PROBLEM DESCRIPTION
Please restate, word for word, the lines below that begin at the one with "face PLANE(AX(P(0,-8.8646,0),D(0,-1,0),D(1,0,0))) [e7]" and end at the one with "e14 v10 v10". Leave out all other lines.

[ENTRIES PROVIDED]

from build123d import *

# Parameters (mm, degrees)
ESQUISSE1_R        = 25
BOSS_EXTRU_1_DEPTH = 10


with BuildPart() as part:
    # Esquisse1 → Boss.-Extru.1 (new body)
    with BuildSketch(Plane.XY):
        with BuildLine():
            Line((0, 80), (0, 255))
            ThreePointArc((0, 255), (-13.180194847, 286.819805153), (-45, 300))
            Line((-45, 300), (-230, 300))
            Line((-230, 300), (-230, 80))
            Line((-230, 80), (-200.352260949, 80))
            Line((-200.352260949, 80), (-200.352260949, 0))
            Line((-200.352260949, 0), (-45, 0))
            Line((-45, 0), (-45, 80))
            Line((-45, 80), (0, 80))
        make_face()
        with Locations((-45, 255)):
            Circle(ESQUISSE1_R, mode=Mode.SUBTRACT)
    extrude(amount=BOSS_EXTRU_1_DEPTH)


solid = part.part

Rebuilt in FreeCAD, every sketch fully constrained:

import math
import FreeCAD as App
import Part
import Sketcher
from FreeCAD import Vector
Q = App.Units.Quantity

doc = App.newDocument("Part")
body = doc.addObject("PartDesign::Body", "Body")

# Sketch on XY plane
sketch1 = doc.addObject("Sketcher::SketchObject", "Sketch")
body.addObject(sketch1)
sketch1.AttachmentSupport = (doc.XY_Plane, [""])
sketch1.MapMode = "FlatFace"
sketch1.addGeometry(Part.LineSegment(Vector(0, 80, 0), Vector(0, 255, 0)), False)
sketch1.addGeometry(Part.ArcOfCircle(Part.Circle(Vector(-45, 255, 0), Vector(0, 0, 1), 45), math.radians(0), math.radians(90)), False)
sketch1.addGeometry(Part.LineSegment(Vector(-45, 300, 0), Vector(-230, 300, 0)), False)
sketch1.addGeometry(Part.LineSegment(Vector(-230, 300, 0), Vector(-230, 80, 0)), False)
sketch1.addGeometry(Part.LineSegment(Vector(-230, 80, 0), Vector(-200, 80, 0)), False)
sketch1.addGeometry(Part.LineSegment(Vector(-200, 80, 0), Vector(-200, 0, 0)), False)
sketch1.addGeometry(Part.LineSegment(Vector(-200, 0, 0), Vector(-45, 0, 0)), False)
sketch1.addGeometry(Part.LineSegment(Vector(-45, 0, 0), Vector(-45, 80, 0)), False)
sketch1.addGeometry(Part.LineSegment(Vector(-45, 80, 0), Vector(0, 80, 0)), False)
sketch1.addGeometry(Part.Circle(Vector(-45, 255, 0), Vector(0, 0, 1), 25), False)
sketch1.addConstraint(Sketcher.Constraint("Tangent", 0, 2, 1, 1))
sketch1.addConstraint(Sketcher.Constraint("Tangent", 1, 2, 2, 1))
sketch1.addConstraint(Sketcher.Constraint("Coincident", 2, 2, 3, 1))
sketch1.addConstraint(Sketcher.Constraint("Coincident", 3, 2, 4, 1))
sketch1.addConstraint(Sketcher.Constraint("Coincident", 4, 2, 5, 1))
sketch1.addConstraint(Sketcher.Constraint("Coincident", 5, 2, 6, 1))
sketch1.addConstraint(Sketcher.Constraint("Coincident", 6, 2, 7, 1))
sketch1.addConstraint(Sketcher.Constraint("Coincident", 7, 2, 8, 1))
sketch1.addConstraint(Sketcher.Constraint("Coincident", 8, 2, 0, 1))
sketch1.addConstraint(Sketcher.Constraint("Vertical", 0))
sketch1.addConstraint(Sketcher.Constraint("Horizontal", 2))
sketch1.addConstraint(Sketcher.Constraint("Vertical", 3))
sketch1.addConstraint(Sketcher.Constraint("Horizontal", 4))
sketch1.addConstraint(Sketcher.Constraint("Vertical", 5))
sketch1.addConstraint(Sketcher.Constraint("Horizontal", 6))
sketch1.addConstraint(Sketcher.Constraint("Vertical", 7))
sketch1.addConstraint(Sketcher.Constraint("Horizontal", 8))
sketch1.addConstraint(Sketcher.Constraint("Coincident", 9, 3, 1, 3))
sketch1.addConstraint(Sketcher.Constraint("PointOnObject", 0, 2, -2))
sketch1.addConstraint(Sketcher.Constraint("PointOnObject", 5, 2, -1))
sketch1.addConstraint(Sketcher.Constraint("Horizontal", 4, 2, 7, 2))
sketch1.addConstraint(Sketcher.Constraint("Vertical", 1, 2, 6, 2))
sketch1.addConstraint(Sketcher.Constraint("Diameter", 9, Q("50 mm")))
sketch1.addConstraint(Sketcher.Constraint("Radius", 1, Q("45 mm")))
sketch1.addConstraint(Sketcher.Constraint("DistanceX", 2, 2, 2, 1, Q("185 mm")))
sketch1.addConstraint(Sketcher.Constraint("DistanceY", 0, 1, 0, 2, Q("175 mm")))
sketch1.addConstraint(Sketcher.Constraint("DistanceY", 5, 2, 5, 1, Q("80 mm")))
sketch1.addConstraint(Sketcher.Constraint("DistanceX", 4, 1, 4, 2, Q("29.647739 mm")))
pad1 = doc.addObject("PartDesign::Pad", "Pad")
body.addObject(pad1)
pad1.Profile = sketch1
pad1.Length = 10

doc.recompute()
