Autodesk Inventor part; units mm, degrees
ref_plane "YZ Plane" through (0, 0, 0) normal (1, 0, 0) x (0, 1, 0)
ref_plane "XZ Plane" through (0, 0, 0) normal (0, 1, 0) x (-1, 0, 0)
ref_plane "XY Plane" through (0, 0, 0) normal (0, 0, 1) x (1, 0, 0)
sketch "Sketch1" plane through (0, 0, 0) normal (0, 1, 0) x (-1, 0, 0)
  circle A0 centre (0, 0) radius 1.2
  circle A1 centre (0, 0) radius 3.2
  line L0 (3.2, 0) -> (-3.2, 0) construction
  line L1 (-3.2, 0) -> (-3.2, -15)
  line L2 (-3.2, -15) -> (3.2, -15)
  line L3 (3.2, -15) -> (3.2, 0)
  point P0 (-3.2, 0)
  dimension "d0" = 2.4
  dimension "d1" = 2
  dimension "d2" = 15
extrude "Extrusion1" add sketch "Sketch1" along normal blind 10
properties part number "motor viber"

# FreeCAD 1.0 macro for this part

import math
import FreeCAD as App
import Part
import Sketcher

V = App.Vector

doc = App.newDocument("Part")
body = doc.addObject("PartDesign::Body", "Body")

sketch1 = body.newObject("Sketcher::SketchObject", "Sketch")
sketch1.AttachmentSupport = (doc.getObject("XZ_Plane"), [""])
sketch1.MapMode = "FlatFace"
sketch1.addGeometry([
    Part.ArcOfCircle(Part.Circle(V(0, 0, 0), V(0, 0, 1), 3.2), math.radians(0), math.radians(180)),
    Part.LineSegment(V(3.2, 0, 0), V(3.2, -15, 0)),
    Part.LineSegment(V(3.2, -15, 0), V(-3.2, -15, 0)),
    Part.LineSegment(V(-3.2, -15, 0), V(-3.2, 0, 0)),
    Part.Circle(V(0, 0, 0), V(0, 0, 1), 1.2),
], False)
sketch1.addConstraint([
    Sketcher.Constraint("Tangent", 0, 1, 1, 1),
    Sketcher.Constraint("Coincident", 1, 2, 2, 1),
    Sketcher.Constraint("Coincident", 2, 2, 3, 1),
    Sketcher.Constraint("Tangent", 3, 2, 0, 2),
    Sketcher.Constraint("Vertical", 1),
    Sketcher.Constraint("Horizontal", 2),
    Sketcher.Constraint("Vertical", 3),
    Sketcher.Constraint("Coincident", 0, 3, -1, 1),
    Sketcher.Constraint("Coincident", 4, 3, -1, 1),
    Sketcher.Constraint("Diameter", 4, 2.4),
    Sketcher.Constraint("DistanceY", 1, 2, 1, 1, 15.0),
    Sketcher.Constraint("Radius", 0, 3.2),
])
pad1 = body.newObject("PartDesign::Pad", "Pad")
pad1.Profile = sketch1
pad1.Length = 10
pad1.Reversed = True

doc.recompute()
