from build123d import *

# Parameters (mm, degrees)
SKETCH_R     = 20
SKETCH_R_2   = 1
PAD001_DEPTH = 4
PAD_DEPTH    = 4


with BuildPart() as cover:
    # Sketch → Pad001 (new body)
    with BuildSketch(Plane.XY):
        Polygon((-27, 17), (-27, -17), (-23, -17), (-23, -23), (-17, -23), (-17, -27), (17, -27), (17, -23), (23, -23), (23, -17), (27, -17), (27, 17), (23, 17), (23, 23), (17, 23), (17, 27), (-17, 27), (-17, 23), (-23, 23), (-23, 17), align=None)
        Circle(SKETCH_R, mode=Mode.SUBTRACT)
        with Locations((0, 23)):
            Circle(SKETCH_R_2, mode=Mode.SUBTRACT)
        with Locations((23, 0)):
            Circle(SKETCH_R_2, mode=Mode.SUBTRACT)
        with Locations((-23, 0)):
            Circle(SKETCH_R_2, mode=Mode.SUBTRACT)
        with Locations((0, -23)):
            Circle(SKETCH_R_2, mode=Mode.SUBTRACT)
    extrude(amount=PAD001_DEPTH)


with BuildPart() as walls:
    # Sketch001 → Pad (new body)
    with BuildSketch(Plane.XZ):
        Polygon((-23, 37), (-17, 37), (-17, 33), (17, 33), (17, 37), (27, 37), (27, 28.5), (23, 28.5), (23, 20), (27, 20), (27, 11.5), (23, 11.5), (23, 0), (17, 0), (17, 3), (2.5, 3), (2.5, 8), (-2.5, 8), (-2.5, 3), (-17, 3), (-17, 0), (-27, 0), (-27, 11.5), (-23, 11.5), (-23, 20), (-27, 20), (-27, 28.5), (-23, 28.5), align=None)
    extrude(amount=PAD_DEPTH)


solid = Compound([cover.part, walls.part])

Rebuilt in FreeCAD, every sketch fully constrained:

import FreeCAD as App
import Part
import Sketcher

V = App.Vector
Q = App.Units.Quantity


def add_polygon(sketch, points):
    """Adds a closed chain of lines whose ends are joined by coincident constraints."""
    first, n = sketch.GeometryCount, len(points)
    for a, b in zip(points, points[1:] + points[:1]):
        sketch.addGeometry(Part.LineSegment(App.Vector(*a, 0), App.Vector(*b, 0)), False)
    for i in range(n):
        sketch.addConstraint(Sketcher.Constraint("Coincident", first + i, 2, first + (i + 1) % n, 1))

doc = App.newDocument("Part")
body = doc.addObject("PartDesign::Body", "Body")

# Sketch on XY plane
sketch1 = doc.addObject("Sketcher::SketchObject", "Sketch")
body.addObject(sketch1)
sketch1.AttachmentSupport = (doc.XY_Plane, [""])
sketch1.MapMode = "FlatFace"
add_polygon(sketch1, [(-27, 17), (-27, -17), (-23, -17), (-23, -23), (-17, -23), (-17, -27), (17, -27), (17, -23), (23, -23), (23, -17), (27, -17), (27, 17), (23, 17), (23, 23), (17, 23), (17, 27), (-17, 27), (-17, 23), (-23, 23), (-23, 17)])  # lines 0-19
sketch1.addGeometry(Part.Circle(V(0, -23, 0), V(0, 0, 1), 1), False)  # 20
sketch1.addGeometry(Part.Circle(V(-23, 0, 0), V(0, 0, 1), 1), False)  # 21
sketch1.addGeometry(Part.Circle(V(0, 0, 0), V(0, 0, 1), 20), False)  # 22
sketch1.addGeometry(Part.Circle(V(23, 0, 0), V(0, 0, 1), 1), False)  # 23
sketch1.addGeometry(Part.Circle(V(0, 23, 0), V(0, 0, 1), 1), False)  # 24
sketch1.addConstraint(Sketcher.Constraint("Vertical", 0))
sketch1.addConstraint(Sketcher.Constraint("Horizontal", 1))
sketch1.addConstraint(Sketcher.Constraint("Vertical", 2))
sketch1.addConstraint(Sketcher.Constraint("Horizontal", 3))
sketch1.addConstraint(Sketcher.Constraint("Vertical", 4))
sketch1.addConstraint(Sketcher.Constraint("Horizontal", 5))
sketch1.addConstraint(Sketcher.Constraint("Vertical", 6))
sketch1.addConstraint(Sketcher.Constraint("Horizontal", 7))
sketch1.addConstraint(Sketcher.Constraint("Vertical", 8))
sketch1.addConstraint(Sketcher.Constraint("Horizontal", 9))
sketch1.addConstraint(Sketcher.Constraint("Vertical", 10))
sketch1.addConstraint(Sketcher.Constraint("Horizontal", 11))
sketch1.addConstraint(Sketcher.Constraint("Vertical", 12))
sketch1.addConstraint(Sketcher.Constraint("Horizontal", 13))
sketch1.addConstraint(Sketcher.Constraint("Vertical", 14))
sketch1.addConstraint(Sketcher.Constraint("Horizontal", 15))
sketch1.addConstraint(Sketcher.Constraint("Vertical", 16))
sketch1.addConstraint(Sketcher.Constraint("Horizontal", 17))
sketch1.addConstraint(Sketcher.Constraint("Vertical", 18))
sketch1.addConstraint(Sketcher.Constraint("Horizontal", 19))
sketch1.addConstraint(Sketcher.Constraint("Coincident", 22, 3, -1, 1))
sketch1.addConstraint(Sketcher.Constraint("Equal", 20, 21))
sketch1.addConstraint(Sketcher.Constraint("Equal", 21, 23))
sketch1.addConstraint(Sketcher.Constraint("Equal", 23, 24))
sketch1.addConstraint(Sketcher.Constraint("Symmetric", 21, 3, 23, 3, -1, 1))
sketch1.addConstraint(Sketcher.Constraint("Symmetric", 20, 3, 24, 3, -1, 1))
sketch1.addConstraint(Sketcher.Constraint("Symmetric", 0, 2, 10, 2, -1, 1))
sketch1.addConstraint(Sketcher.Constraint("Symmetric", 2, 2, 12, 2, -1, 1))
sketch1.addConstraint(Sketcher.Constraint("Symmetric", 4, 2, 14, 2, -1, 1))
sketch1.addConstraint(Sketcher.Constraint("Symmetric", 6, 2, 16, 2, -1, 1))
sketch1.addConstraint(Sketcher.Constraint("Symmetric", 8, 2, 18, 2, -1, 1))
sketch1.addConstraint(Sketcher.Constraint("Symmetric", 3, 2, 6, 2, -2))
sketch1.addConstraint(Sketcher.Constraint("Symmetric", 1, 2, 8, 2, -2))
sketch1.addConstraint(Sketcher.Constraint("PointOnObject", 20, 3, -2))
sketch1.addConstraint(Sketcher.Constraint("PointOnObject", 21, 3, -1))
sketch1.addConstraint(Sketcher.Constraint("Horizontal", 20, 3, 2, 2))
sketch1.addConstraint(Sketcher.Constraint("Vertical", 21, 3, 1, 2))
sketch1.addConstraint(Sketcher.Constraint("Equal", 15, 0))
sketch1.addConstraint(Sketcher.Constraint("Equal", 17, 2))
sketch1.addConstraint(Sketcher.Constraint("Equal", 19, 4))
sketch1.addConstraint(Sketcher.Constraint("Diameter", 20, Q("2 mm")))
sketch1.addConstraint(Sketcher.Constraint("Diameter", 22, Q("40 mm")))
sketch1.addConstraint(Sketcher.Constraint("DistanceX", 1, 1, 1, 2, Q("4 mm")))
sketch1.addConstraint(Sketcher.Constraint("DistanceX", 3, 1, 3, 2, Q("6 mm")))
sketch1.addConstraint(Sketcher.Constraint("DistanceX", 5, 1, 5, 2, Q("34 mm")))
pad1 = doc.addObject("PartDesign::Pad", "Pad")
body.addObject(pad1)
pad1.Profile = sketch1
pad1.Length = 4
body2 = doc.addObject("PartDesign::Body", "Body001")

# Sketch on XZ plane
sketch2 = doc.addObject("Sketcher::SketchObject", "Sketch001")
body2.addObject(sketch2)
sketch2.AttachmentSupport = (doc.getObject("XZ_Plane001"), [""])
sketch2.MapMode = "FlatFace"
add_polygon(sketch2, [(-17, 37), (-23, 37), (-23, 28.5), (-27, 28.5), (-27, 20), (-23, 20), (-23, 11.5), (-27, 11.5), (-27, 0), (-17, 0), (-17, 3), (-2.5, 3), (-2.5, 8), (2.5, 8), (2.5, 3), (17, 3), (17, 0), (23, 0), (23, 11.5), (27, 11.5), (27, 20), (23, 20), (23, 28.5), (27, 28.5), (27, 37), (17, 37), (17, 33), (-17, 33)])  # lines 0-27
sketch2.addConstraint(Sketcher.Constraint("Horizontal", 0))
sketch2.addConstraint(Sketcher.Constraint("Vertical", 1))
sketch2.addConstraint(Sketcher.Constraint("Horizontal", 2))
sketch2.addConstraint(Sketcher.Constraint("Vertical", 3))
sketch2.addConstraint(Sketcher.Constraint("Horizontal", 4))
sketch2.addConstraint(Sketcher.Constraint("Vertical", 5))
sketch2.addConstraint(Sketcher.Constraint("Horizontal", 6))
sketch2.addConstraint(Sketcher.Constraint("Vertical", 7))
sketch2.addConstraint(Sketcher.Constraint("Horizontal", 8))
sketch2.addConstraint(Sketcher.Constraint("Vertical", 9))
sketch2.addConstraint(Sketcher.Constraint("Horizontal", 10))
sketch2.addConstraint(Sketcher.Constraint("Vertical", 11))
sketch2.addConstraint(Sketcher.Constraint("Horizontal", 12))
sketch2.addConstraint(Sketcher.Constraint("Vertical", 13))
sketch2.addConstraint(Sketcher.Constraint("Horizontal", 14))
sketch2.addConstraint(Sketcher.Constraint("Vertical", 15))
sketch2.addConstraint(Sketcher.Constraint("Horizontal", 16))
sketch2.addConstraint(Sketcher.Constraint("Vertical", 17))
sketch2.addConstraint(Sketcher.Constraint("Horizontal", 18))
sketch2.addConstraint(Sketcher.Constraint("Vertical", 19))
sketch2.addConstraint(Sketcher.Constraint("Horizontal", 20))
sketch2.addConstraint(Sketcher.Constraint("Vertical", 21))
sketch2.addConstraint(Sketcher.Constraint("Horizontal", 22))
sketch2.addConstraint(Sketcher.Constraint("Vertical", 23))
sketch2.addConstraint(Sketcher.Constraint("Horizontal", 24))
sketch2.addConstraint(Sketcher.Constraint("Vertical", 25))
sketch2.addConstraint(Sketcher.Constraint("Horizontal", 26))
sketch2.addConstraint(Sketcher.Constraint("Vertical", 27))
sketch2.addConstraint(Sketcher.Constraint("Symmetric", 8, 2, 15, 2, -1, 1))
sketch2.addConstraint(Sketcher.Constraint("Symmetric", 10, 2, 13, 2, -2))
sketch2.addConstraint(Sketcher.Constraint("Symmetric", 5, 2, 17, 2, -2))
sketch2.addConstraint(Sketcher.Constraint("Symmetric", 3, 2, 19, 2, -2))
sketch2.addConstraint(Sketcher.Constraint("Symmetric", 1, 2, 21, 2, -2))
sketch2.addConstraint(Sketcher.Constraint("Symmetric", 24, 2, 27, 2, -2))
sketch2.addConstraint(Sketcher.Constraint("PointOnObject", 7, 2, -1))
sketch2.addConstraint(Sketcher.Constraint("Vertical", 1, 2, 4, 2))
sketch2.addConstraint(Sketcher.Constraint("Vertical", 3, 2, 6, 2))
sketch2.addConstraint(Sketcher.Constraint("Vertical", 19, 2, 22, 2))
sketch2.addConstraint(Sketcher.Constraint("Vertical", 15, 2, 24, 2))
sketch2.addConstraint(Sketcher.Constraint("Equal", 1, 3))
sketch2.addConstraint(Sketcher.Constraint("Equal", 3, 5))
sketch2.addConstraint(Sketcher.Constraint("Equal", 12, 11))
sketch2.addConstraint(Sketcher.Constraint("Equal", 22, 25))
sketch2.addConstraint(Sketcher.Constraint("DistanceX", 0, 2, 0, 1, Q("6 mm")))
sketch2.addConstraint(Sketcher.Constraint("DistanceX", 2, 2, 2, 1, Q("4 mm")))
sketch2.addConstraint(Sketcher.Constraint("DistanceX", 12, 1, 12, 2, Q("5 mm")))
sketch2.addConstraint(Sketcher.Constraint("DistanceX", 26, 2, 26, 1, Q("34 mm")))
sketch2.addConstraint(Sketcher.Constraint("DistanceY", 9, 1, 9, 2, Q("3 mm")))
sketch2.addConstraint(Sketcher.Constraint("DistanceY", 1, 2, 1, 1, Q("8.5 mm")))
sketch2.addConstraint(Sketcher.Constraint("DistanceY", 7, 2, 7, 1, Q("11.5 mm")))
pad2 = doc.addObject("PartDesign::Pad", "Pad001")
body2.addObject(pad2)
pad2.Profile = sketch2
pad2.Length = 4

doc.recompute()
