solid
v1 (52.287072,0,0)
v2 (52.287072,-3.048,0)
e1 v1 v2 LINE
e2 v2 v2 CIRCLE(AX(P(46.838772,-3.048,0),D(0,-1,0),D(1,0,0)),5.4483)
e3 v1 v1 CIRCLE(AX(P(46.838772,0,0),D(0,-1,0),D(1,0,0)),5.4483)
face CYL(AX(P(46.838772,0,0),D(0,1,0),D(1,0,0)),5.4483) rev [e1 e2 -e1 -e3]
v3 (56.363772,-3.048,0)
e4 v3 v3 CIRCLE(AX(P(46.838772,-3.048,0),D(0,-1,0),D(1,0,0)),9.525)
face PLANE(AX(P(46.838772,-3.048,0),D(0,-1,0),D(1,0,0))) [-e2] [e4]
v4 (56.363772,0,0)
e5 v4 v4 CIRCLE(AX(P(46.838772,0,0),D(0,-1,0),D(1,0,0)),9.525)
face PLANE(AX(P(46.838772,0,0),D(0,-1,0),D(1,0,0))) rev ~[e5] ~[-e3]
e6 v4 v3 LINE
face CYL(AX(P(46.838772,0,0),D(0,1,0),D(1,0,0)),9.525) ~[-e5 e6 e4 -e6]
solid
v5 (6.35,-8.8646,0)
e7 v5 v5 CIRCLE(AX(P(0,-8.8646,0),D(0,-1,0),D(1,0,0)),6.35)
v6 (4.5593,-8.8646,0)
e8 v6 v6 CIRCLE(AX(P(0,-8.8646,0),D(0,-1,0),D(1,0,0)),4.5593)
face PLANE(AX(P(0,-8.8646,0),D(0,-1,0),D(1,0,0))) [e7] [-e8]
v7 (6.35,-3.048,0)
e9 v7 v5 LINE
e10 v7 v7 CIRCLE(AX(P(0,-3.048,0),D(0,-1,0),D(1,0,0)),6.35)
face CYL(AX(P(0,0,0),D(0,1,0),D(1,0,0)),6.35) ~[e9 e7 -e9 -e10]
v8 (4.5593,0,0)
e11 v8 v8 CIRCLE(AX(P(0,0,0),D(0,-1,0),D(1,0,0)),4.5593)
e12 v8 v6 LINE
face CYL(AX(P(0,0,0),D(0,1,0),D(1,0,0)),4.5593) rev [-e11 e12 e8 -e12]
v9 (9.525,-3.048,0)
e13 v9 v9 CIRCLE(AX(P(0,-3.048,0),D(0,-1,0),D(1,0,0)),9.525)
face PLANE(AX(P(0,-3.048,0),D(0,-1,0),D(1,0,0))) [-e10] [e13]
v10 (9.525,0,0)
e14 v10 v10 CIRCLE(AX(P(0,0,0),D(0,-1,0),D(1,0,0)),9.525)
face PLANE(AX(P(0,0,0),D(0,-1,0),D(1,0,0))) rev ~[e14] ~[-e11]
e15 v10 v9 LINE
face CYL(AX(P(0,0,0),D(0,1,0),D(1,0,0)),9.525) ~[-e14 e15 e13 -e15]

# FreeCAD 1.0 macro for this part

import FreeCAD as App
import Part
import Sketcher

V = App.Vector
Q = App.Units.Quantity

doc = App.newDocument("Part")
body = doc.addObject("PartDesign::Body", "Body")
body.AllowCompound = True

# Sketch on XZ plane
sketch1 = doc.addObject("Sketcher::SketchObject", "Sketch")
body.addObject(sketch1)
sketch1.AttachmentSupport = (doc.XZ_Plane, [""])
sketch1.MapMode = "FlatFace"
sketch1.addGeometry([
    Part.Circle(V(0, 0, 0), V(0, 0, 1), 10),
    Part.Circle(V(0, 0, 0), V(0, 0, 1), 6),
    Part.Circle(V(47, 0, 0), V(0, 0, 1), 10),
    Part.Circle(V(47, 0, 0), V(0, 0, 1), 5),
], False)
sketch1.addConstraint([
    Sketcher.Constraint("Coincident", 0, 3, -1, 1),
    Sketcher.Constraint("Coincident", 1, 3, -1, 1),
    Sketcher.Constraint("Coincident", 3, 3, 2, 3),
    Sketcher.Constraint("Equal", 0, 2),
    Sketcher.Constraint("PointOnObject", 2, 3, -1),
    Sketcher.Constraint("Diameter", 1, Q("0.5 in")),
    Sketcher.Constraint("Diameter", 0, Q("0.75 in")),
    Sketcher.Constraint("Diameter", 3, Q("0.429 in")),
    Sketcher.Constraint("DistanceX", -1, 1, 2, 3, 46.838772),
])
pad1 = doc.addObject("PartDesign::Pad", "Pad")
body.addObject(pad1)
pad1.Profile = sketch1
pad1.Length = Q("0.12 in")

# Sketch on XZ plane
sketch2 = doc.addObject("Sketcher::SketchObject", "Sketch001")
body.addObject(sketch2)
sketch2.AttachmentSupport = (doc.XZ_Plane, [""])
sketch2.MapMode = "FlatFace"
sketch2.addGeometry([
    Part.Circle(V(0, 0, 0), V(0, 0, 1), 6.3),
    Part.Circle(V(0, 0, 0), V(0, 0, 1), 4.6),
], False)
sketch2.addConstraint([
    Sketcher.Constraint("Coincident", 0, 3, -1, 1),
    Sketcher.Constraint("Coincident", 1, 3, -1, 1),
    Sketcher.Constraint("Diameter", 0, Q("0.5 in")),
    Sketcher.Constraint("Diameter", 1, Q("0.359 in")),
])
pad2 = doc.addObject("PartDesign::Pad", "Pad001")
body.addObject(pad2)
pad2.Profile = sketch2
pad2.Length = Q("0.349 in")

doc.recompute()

[/ENTRIES PROVIDED]

TASK RESULT
face PLANE(AX(P(0,-8.8646,0),D(0,-1,0),D(1,0,0))) [e7] [-e8]
v7 (6.35,-3.048,0)
e9 v7 v5 LINE
e10 v7 v7 CIRCLE(AX(P(0,-3.048,0),D(0,-1,0),D(1,0,0)),6.35)
face CYL(AX(P(0,0,0),D(0,1,0),D(1,0,0)),6.35) ~[e9 e7 -e9 -e10]
v8 (4.5593,0,0)
e11 v8 v8 CIRCLE(AX(P(0,0,0),D(0,-1,0),D(1,0,0)),4.5593)
e12 v8 v6 LINE
face CYL(AX(P(0,0,0),D(0,1,0),D(1,0,0)),4.5593) rev [-e11 e12 e8 -e12]
v9 (9.525,-3.048,0)
e13 v9 v9 CIRCLE(AX(P(0,-3.048,0),D(0,-1,0),D(1,0,0)),9.525)
face PLANE(AX(P(0,-3.048,0),D(0,-1,0),D(1,0,0))) [-e10] [e13]
v10 (9.525,0,0)
e14 v10 v10 CIRCLE(AX(P(0,0,0),D(0,-1,0),D(1,0,0)),9.525)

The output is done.